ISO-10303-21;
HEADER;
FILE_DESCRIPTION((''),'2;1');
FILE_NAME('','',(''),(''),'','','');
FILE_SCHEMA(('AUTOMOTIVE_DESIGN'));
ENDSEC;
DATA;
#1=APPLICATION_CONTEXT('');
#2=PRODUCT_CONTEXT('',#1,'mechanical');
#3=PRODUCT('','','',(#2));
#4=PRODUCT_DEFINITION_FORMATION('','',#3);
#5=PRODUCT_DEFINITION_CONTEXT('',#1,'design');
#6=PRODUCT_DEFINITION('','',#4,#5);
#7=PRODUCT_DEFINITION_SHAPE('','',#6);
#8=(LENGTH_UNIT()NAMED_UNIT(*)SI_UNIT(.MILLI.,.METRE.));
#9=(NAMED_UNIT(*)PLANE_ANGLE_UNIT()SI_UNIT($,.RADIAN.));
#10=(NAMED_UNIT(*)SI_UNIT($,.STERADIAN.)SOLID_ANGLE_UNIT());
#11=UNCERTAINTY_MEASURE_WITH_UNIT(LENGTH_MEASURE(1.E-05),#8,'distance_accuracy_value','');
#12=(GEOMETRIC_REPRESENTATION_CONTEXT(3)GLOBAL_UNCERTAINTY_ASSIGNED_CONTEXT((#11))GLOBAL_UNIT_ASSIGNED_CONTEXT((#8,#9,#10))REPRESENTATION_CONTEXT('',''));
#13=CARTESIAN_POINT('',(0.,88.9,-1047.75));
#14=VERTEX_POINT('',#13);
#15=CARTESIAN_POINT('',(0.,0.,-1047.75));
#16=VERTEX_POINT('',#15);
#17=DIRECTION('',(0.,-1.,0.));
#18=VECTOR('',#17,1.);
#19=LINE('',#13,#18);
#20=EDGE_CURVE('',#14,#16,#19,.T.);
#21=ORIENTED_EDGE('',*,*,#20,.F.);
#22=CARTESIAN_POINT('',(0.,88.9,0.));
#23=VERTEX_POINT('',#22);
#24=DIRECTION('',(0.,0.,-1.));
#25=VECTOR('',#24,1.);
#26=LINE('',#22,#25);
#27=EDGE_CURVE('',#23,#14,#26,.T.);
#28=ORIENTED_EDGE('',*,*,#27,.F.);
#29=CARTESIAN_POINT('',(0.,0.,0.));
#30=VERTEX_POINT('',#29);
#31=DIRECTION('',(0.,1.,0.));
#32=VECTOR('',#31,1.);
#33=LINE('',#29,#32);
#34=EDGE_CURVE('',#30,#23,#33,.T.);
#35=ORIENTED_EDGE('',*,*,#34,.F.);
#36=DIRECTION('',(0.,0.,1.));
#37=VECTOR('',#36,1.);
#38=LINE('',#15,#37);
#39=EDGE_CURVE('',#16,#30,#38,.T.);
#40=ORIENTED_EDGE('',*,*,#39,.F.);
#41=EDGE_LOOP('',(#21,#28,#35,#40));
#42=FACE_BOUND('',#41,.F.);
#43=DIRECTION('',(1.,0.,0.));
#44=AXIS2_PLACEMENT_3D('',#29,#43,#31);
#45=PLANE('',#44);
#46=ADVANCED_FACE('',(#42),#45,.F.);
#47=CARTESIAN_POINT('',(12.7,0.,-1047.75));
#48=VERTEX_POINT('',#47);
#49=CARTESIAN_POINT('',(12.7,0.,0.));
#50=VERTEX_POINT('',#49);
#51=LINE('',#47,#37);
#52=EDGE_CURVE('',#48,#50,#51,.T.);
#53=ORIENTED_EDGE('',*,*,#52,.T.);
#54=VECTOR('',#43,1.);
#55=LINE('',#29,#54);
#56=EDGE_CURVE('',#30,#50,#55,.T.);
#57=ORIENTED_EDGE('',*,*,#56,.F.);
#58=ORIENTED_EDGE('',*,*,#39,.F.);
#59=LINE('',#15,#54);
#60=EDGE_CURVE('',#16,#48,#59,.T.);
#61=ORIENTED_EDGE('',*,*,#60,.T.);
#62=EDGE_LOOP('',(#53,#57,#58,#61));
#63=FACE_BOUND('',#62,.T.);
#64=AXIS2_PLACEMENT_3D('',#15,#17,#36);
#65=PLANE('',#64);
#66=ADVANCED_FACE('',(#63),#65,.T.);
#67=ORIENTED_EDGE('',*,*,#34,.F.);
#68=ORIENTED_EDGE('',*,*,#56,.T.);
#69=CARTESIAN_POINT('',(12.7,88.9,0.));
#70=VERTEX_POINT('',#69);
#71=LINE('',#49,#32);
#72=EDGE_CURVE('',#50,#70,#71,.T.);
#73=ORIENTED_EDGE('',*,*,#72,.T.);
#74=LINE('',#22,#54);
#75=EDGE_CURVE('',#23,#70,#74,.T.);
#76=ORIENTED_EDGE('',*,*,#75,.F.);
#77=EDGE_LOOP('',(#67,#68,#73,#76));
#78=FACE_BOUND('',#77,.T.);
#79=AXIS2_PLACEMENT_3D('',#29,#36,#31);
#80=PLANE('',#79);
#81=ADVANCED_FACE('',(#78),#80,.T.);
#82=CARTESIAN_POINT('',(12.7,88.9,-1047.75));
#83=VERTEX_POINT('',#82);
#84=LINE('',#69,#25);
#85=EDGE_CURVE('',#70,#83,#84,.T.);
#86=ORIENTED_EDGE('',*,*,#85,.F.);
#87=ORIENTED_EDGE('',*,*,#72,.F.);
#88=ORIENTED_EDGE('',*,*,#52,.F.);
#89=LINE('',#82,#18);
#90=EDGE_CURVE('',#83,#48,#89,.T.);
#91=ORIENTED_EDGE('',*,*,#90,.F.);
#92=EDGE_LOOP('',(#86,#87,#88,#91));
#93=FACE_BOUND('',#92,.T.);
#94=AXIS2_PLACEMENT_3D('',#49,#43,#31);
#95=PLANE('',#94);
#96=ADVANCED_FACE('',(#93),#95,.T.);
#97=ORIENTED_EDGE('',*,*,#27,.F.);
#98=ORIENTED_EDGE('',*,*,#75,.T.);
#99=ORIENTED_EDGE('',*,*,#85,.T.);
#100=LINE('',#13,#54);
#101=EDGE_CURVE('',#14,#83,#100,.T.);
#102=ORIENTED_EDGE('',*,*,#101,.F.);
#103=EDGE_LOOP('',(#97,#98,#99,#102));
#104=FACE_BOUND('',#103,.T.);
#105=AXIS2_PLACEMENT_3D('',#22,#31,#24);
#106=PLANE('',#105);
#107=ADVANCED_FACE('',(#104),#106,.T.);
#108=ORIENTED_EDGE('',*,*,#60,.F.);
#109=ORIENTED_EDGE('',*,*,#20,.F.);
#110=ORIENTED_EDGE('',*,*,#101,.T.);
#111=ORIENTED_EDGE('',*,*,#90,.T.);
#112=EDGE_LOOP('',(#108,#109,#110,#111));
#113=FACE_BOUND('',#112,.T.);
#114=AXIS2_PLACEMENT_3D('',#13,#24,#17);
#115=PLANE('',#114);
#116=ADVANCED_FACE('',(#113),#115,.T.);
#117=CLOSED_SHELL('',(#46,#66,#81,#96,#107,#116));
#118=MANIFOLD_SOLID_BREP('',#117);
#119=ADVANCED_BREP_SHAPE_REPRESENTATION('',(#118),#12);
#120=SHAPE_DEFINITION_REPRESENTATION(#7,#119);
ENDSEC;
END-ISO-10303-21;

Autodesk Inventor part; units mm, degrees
ref_plane "YZ Plane" through (0, 0, 0) normal (1, 0, 0) x (0, 1, 0)
ref_plane "XZ Plane" through (0, 0, 0) normal (0, 1, 0) x (-1, 0, 0)
ref_plane "XY Plane" through (0, 0, 0) normal (0, 0, 1) x (1, 0, 0)
sketch "Sketch1" plane through (0, 0, 0) normal (1, 0, 0) x (0, 1, 0)
  line L0 (0, 0) -> (88.9, 0)
  line L1 (88.9, 0) -> (88.9, -1047.75)
  line L2 (88.9, -1047.75) -> (0, -1047.75)
  line L3 (0, -1047.75) -> (0, 0)
  dimension "d1" = 1047.75
  dimension "d4" = 88.9
extrude "Extrusion1" add sketch "Sketch1" along normal blind 12.7
properties part number "Header_With_Dimensions_0.5_x_5.5_x_66.5_Inches" material "Wood (Birch)"
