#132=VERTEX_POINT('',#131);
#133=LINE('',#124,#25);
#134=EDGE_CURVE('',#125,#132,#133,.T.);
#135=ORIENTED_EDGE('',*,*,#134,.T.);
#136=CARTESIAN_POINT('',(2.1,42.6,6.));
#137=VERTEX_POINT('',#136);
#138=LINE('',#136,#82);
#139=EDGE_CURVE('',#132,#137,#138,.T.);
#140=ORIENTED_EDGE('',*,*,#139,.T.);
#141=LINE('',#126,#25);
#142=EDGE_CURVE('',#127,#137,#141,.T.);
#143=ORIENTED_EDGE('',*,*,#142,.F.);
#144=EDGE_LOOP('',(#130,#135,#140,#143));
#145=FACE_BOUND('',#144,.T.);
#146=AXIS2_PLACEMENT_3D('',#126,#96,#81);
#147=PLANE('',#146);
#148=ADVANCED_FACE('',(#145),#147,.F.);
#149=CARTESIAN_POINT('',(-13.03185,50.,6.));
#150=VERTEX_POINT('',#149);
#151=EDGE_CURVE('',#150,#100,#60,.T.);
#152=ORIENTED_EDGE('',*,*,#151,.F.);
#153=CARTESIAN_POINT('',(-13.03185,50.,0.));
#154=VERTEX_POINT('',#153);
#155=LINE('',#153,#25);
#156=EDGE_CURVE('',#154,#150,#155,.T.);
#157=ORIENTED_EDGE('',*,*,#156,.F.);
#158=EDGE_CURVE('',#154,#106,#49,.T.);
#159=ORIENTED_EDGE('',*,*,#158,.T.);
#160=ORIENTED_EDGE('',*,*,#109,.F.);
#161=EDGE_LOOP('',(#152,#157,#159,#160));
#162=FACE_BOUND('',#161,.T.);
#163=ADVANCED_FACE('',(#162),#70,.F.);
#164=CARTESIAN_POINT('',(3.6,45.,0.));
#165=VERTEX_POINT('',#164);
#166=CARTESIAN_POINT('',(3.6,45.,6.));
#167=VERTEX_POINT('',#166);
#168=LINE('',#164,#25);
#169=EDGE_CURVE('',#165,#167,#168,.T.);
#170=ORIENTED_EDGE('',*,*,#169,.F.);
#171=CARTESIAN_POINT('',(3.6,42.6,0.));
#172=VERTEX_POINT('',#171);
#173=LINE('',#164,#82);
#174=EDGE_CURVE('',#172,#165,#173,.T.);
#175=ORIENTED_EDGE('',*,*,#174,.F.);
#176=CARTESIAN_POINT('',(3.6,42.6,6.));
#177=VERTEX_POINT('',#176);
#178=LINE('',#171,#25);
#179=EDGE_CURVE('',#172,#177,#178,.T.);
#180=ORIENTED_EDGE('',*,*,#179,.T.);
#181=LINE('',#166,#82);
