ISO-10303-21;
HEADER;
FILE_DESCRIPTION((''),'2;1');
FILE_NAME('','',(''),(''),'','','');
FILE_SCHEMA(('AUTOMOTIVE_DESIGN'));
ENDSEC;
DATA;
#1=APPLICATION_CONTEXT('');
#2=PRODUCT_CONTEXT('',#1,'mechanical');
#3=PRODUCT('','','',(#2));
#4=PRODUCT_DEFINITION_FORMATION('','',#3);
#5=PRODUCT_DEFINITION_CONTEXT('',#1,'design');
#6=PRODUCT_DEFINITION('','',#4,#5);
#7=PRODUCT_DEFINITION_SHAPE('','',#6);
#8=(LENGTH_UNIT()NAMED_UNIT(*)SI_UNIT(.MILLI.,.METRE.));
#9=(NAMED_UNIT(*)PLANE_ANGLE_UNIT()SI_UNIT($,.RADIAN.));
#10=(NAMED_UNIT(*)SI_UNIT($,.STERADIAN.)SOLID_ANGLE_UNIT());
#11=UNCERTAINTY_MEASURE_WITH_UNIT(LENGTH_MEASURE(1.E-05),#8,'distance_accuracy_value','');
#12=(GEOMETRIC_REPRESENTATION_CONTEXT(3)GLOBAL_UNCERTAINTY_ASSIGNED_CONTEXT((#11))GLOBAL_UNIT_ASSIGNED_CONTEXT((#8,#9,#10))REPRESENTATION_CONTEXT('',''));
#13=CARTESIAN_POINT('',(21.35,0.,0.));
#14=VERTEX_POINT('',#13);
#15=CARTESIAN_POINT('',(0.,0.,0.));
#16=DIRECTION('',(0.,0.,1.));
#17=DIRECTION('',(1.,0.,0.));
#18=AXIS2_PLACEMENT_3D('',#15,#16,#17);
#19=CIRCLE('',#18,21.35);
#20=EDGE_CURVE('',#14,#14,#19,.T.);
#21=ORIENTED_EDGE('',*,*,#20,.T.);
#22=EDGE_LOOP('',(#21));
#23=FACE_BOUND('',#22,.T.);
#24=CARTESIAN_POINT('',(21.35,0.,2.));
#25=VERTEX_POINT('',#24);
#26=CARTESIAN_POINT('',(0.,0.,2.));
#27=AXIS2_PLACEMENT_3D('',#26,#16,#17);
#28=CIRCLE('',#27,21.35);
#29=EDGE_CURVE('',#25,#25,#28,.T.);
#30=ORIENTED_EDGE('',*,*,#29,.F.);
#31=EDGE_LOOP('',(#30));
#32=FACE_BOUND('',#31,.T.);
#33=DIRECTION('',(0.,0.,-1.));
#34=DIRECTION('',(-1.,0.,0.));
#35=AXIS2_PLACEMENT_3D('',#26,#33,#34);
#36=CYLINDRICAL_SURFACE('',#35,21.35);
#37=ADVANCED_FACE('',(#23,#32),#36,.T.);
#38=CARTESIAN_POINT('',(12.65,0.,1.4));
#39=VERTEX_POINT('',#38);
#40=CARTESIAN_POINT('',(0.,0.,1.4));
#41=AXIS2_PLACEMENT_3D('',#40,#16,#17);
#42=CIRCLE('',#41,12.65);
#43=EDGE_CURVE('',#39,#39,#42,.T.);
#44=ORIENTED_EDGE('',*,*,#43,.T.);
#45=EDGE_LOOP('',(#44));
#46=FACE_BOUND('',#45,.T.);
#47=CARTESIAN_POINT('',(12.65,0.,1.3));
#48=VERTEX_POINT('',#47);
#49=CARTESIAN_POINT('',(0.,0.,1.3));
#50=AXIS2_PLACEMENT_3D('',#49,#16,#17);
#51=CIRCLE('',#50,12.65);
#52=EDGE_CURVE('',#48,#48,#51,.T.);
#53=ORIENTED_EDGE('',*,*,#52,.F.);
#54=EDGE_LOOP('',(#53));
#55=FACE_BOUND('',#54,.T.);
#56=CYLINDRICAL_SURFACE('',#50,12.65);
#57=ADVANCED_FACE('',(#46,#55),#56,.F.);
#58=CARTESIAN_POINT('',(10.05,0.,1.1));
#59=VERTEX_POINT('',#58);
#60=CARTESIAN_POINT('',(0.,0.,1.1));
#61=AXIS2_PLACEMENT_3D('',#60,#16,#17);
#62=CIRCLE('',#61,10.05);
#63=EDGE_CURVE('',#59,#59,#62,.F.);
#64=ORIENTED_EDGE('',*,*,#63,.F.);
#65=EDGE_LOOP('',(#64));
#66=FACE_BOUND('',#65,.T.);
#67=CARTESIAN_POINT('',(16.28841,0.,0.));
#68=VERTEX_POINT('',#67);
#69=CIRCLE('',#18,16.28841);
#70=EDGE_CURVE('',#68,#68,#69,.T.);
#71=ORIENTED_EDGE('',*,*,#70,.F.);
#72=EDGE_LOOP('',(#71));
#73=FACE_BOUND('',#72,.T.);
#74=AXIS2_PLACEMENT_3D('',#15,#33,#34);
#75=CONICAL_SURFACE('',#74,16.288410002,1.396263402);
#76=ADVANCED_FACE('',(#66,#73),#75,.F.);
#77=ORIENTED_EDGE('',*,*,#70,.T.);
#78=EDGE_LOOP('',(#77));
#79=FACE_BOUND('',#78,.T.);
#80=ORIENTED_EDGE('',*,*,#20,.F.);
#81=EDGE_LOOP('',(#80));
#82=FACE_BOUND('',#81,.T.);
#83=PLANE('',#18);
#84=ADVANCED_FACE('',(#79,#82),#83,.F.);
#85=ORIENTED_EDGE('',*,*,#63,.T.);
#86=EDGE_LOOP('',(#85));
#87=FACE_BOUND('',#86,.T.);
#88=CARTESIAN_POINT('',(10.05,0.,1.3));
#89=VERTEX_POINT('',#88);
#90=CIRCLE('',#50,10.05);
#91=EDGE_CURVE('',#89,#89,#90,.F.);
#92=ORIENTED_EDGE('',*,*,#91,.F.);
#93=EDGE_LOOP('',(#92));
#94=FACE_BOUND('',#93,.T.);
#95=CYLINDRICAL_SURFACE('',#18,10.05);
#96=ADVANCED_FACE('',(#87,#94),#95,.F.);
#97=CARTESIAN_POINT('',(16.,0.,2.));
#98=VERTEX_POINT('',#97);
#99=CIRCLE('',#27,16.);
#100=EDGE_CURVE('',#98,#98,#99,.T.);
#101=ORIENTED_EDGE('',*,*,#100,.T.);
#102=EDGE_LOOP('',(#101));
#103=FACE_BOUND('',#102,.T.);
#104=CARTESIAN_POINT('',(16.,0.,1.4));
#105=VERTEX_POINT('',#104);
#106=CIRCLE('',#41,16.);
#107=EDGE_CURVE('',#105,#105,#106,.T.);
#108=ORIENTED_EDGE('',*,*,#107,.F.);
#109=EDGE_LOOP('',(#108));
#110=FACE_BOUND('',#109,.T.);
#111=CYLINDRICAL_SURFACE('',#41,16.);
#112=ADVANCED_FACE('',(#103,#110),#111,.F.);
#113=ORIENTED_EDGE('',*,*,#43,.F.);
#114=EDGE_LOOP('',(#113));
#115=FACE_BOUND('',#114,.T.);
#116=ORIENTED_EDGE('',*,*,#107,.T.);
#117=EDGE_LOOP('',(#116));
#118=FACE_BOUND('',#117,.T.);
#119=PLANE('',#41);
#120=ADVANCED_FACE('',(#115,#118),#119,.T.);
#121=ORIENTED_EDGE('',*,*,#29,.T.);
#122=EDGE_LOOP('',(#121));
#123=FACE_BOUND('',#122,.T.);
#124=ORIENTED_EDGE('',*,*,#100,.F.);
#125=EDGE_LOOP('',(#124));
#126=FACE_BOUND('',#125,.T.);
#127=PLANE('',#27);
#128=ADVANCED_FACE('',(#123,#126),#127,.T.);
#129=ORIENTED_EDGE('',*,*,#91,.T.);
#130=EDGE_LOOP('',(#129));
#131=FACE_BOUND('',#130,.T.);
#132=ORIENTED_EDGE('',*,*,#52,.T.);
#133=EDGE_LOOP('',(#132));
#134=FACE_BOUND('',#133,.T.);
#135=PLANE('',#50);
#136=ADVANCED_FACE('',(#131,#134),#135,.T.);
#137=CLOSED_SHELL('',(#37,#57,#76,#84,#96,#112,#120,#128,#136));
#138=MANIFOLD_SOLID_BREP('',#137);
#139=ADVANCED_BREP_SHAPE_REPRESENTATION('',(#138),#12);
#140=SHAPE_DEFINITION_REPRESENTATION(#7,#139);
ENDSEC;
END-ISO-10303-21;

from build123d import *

# Parameters (mm, degrees)
SKIZZE2_R                       = 21.35
AUFSATZ_LINEAR_AUSTRAGEN1_DEPTH = 2
SKIZZE6_R                       = 10.05
SCHNITT_LINEAR_AUSTRAGEN4_DEPTH = 31.259626567
SKIZZE7_R                       = 16
SCHNITT_LINEAR_AUSTRAGEN5_DEPTH = 0.6
FASE1_SIZE                      = 1.1
FASE1_SIZE2                     = 6.238410002
SKIZZE8_R                       = 12.65
SCHNITT_LINEAR_AUSTRAGEN6_DEPTH = 0.1


with BuildPart() as part:
    # Skizze2 → Aufsatz-Linear austragen1 (new body)
    with BuildSketch(Plane.XY):
        Circle(SKIZZE2_R)
    extrude(amount=AUFSATZ_LINEAR_AUSTRAGEN1_DEPTH)

    # Skizze6 → Schnitt-Linear austragen4 (cut, through all)
    with BuildSketch(Plane.XY.offset(2)):
        Circle(SKIZZE6_R)
    extrude(amount=-SCHNITT_LINEAR_AUSTRAGEN4_DEPTH, mode=Mode.SUBTRACT)

    # Skizze7 → Schnitt-Linear austragen5 (cut)
    with BuildSketch(Plane.XY.offset(2)):
        Circle(SKIZZE7_R)
    extrude(amount=-SCHNITT_LINEAR_AUSTRAGEN5_DEPTH, mode=Mode.SUBTRACT)

    # Fase1
    fase1_edges = [part.edges().sort_by_distance(p)[0] for p in [
        (-10.05, 0, 0),
    ]]
    fase1_side = [part.faces().sort_by_distance(p)[0] for p in [
        (-10.05, 0, 0.7),
    ]]
    chamfer(fase1_edges, length=FASE1_SIZE, length2=FASE1_SIZE2, reference=fase1_side[0])

    # Skizze8 → Schnitt-Linear austragen6 (cut)
    with BuildSketch(Plane.XY.offset(1.4)):
        Circle(SKIZZE8_R)
    extrude(amount=-SCHNITT_LINEAR_AUSTRAGEN6_DEPTH, mode=Mode.SUBTRACT)


solid = part.part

□ □ □ □ □ □ □

Write out exactly the lines that fall from the line with "#78=EDGE_LOOP('',(#77));" to the line with "#88=CARTESIAN_POINT('',(10.05,0.,1.3));" in the records above, keeping both ends.

*Answer to this task*:
#78=EDGE_LOOP('',(#77));
#79=FACE_BOUND('',#78,.T.);
#80=ORIENTED_EDGE('',*,*,#20,.F.);
#81=EDGE_LOOP('',(#80));
#82=FACE_BOUND('',#81,.T.);
#83=PLANE('',#18);
#84=ADVANCED_FACE('',(#79,#82),#83,.F.);
#85=ORIENTED_EDGE('',*,*,#63,.T.);
#86=EDGE_LOOP('',(#85));
#87=FACE_BOUND('',#86,.T.);
#88=CARTESIAN_POINT('',(10.05,0.,1.3));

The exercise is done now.